- _ASSIGNMENT_
One part of the entries below is wanted: the lines from the one containing "f 310 309 311" through the one containing "f 308 292 299". Write those out exactly and nothing else.

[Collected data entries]

=-=-=

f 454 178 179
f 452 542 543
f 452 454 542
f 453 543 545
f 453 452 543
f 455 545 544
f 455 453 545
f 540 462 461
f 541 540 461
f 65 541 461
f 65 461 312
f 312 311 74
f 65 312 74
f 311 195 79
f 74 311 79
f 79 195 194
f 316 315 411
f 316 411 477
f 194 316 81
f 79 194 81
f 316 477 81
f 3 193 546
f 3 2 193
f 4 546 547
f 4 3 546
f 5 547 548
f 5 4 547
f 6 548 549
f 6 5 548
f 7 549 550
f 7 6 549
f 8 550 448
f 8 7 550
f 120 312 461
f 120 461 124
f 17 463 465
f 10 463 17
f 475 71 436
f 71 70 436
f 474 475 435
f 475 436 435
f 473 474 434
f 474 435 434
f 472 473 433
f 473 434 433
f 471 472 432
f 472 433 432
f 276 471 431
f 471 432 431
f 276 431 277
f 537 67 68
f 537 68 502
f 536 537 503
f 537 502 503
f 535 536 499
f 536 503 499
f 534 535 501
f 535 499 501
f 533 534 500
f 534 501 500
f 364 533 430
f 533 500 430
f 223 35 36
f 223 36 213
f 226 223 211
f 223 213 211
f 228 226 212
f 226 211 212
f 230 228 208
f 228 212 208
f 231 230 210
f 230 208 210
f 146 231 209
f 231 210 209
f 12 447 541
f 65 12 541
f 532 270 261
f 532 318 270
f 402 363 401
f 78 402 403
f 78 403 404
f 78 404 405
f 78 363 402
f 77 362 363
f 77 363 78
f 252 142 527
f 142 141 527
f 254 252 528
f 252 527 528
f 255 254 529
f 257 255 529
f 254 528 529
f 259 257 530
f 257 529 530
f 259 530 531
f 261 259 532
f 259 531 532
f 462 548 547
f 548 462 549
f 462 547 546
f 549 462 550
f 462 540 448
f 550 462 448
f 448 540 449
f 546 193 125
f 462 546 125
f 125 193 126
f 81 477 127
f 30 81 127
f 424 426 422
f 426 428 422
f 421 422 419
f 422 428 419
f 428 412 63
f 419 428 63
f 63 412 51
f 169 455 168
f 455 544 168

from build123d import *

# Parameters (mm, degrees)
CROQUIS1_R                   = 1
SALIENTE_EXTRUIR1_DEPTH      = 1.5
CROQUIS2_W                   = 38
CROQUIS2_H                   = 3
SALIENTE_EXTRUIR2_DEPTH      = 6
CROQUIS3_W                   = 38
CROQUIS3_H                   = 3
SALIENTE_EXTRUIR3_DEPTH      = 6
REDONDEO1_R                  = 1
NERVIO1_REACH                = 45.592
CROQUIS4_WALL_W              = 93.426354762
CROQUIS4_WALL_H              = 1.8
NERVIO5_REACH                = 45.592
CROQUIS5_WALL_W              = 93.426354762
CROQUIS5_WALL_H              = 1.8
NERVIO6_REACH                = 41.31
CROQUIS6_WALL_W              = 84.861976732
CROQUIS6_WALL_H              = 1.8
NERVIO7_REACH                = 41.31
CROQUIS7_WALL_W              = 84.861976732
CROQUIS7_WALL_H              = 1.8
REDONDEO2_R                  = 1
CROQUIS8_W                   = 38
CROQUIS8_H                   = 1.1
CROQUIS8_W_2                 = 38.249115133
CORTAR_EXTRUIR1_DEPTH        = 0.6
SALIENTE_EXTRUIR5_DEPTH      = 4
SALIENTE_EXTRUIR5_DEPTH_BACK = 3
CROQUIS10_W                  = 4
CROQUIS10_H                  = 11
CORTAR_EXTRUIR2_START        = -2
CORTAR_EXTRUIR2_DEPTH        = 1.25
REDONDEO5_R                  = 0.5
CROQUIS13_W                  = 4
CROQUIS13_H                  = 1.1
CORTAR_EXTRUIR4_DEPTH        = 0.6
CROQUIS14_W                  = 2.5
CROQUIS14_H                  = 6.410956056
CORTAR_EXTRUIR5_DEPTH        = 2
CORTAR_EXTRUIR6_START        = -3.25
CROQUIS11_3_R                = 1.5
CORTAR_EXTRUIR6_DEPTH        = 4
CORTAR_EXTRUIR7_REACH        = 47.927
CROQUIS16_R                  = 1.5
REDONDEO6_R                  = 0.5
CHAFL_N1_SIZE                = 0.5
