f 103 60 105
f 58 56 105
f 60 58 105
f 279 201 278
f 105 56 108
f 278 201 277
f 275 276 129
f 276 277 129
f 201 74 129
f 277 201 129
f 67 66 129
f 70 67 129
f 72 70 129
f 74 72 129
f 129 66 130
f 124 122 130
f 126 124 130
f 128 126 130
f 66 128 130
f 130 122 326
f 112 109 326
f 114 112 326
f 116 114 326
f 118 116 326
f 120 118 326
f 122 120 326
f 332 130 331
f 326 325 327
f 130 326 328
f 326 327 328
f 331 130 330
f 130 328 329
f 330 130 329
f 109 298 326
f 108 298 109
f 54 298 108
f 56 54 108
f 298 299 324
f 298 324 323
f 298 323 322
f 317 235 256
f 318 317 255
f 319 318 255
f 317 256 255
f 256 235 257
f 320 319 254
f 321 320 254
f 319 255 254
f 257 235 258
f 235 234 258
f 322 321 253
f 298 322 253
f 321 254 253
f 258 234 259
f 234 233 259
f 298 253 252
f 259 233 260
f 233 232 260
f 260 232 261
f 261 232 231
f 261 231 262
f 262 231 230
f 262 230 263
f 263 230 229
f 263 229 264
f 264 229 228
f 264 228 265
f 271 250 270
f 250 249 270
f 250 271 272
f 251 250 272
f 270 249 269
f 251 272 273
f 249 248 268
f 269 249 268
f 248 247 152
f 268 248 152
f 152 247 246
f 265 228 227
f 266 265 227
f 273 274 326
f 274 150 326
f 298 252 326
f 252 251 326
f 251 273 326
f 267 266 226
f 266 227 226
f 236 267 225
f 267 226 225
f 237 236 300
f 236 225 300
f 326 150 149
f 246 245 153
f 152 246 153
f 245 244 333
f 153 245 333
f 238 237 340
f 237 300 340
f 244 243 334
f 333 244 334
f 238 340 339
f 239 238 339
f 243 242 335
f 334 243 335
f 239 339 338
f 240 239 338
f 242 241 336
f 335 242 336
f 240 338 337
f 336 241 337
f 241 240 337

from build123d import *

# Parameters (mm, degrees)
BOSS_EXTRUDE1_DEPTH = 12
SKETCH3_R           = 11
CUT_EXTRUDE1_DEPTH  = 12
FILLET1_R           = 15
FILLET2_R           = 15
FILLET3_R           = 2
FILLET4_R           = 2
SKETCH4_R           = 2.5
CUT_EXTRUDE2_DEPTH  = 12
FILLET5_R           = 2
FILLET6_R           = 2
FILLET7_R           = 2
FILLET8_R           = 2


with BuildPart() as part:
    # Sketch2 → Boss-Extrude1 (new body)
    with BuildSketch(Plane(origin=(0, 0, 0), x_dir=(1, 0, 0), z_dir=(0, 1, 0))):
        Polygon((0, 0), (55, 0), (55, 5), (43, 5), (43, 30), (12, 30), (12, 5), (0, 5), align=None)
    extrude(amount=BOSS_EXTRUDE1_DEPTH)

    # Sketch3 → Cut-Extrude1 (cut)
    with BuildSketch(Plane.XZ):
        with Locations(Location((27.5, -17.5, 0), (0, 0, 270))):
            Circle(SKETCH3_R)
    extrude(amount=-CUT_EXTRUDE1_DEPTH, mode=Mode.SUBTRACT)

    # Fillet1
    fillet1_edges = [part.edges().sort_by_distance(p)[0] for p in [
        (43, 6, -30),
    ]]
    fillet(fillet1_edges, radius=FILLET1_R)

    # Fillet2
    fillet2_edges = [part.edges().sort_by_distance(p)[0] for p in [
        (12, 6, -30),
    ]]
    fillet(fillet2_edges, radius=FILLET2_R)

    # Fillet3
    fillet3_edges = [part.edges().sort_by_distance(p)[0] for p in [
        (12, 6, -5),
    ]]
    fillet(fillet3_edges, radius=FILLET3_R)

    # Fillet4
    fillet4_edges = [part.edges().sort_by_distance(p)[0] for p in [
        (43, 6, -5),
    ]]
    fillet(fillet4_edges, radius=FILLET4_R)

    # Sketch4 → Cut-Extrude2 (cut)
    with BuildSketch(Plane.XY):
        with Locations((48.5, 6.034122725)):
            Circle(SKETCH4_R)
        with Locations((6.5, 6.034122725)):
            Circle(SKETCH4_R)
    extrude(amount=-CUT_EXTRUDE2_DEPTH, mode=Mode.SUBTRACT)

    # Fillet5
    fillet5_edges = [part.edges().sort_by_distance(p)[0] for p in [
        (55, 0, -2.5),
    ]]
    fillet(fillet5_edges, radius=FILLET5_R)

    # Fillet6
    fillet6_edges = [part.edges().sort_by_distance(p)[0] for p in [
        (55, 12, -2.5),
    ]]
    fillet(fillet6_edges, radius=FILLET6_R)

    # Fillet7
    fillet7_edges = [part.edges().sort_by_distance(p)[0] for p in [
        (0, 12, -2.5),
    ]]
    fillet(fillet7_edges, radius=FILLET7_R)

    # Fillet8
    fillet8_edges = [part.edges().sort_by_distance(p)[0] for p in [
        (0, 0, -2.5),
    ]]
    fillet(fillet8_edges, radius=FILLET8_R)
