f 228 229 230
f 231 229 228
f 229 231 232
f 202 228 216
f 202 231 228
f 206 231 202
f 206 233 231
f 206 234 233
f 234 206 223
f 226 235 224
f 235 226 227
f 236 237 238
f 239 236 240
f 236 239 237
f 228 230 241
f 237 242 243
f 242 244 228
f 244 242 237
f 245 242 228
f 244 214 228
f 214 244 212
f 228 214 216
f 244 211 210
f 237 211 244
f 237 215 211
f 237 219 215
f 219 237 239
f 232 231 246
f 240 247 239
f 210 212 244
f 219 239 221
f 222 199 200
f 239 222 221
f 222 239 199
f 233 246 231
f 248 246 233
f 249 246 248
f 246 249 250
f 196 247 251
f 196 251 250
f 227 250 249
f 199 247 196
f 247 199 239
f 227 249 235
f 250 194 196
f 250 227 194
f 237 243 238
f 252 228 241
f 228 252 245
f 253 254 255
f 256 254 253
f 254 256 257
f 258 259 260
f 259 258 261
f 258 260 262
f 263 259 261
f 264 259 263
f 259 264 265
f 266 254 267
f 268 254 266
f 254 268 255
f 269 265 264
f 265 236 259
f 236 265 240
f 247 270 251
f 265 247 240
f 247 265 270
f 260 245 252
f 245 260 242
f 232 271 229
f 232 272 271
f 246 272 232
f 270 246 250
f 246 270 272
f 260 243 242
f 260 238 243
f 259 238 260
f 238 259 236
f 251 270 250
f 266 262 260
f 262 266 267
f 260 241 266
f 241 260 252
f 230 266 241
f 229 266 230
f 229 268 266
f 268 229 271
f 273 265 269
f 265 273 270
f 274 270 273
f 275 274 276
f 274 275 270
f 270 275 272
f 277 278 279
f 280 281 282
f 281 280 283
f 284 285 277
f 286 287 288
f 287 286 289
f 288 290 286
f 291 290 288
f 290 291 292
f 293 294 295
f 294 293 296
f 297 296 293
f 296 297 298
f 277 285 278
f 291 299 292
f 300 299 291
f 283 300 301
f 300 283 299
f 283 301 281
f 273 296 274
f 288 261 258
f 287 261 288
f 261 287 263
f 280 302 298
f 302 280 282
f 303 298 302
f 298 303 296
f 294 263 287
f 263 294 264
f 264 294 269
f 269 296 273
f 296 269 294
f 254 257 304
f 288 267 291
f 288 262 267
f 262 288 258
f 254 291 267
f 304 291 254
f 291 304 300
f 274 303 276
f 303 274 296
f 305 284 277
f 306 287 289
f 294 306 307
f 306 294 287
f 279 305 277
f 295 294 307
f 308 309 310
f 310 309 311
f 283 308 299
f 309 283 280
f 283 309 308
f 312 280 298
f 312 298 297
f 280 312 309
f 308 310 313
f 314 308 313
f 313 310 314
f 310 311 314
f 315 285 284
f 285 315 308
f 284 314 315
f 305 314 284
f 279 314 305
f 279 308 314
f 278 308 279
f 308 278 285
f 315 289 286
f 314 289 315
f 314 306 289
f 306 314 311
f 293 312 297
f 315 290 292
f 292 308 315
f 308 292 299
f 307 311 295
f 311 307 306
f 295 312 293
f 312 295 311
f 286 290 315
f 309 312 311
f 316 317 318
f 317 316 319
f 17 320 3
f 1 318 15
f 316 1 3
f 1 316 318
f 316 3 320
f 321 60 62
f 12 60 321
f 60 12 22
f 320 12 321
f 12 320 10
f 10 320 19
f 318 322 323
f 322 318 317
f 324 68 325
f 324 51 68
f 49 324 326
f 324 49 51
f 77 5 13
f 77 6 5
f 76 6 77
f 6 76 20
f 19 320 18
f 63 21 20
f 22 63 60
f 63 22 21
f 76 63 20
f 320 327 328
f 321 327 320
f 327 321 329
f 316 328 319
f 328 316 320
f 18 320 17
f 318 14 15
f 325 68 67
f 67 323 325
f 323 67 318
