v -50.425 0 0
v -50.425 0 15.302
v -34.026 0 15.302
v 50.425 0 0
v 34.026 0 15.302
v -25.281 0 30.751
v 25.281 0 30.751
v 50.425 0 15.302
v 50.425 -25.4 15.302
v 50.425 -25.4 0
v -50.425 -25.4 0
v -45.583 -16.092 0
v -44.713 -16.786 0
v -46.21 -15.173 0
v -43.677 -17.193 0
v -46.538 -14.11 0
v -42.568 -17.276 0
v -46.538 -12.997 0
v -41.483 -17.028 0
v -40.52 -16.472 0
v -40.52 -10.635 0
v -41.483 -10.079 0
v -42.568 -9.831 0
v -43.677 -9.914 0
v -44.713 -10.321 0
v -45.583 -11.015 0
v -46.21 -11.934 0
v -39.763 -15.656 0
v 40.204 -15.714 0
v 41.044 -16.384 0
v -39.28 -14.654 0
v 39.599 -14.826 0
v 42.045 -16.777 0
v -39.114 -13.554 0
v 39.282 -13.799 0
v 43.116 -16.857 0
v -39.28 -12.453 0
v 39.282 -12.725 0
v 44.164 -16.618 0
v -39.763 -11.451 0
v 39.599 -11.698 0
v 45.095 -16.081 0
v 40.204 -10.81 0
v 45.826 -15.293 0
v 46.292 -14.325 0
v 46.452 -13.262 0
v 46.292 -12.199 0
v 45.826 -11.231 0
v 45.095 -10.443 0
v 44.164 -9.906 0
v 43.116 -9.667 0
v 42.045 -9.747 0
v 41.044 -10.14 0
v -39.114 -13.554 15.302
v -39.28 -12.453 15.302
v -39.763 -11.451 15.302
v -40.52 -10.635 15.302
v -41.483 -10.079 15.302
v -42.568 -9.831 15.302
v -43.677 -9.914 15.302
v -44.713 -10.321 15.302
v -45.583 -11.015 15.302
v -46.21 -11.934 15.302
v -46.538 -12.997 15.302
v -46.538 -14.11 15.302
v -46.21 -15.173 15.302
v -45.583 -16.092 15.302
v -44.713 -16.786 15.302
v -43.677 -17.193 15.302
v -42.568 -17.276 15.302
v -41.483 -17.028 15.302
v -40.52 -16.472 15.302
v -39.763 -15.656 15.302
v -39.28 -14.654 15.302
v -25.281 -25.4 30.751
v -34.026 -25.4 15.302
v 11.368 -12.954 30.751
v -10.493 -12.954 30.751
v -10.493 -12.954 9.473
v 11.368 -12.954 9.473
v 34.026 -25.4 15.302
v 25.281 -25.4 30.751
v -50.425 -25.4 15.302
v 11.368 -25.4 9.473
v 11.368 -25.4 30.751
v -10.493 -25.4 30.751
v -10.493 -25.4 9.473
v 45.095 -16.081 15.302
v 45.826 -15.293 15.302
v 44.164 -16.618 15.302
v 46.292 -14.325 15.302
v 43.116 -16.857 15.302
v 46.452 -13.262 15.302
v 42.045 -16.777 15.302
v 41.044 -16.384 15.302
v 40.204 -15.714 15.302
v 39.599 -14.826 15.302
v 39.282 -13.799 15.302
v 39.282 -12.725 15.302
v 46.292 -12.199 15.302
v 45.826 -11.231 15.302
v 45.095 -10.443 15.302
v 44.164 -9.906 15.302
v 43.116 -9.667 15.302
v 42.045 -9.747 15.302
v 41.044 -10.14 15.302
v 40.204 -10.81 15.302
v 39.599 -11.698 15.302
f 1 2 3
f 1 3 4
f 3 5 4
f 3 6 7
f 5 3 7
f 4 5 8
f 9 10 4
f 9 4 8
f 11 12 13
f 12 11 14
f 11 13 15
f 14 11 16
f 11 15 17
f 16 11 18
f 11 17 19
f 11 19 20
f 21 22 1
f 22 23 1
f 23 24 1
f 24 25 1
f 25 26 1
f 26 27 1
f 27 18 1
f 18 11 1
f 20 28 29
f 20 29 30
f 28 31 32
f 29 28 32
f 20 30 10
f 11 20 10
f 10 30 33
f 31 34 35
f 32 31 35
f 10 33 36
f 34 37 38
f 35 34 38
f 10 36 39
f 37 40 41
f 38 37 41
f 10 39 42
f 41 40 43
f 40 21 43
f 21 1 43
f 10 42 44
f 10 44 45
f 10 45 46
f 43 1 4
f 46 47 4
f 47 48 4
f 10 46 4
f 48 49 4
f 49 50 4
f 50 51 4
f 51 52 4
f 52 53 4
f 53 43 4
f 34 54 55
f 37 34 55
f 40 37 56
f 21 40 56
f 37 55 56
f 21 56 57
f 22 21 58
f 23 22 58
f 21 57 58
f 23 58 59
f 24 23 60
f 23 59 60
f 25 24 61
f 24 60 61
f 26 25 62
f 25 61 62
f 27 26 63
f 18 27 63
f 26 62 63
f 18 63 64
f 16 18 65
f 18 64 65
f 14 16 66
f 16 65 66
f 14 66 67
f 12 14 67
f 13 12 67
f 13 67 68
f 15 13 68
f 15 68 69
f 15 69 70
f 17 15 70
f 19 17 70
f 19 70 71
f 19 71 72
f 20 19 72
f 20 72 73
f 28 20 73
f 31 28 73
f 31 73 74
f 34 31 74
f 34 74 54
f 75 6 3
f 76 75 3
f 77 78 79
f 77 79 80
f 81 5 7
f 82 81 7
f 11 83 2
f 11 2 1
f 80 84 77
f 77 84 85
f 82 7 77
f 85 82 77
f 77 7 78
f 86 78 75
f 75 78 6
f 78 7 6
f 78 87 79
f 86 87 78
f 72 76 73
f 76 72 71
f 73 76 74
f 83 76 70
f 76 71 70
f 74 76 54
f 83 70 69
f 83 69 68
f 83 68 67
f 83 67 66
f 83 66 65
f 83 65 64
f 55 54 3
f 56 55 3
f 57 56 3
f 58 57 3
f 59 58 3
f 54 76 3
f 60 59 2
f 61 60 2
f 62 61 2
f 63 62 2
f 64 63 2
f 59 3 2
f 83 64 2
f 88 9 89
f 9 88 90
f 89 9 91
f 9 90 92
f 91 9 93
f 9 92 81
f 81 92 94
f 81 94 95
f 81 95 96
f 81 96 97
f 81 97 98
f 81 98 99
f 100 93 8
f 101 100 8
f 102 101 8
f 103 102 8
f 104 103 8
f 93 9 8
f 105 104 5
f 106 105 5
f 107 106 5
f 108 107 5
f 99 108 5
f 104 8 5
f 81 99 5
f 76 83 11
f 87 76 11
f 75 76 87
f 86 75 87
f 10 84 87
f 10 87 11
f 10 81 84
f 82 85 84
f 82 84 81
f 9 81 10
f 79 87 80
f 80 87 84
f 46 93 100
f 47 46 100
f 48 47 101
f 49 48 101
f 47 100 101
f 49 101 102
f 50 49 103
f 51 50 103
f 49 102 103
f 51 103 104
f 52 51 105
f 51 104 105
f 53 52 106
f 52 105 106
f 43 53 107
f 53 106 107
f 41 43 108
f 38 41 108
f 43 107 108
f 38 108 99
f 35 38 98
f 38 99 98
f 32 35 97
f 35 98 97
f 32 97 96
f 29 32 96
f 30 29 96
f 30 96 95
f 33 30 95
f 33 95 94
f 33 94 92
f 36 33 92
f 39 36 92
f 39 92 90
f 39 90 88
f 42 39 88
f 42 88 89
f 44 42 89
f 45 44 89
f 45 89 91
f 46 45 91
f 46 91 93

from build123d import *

# Parameters (mm, degrees)
F1_DEPTH = 25.4
F2_W     = 21.8606553972
F2_H     = 22.4436074495
F3_DEPTH = 12.446
F4_R     = 3.7327062706
F4_R_2   = 3.6053518758
F5_DEPTH = 25.4


# Not quite as in the source:
# - ends of sketch curves that miss each other by under 0.0002 mm in the source are joined


with BuildPart() as f1:
    # F0 (on Front) → F1 (new body)
    with BuildSketch(Plane.XZ):
        Polygon((25.2813665716, 30.7506565005), (-8.463e-07, 30.7506565005), (-8.463e-07, 0), (50.4252426326, 0), (50.4252426326, 15.3024597093), (34.0256324557, 15.3024597093), align=None)
        Polygon((-8.463e-07, 0), (-8.463e-07, 30.7506565005), (-25.2813665716, 30.7506565005), (-34.0256324557, 15.3024597093), (-50.4252426326, 15.3024597093), (-50.4252426326, 0), align=None)
    extrude(amount=F1_DEPTH)

    # F2 (on face) → F3 (cut)
    with BuildSketch(Plane.XZ.offset(25.4)):
        with Locations((0.4372131079, 20.6947550178)):
            Rectangle(F2_W, F2_H)
    extrude(amount=-F3_DEPTH, mode=Mode.SUBTRACT)

    # F4 (on face) → F5 (cut)
    with BuildSketch(Plane.XY.offset(15.3024597093)):
        with Locations((-42.8468845785, -13.5536063462)):
            Circle(F4_R)
        with Locations((42.8468845785, -13.2621303201)):
            Circle(F4_R_2)
    extrude(amount=-F5_DEPTH, mode=Mode.SUBTRACT)


solid = f1.part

=-=-=

- _OUTPUT OF THE EXERCISE_
f 310 309 311
f 283 308 299
f 309 283 280
f 283 309 308
f 312 280 298
f 312 298 297
f 280 312 309
f 308 310 313
f 314 308 313
f 313 310 314
f 310 311 314
f 315 285 284
f 285 315 308
f 284 314 315
f 305 314 284
f 279 314 305
f 279 308 314
f 278 308 279
f 308 278 285
f 315 289 286
f 314 289 315
f 314 306 289
f 306 314 311
f 293 312 297
f 315 290 292
f 292 308 315
f 308 292 299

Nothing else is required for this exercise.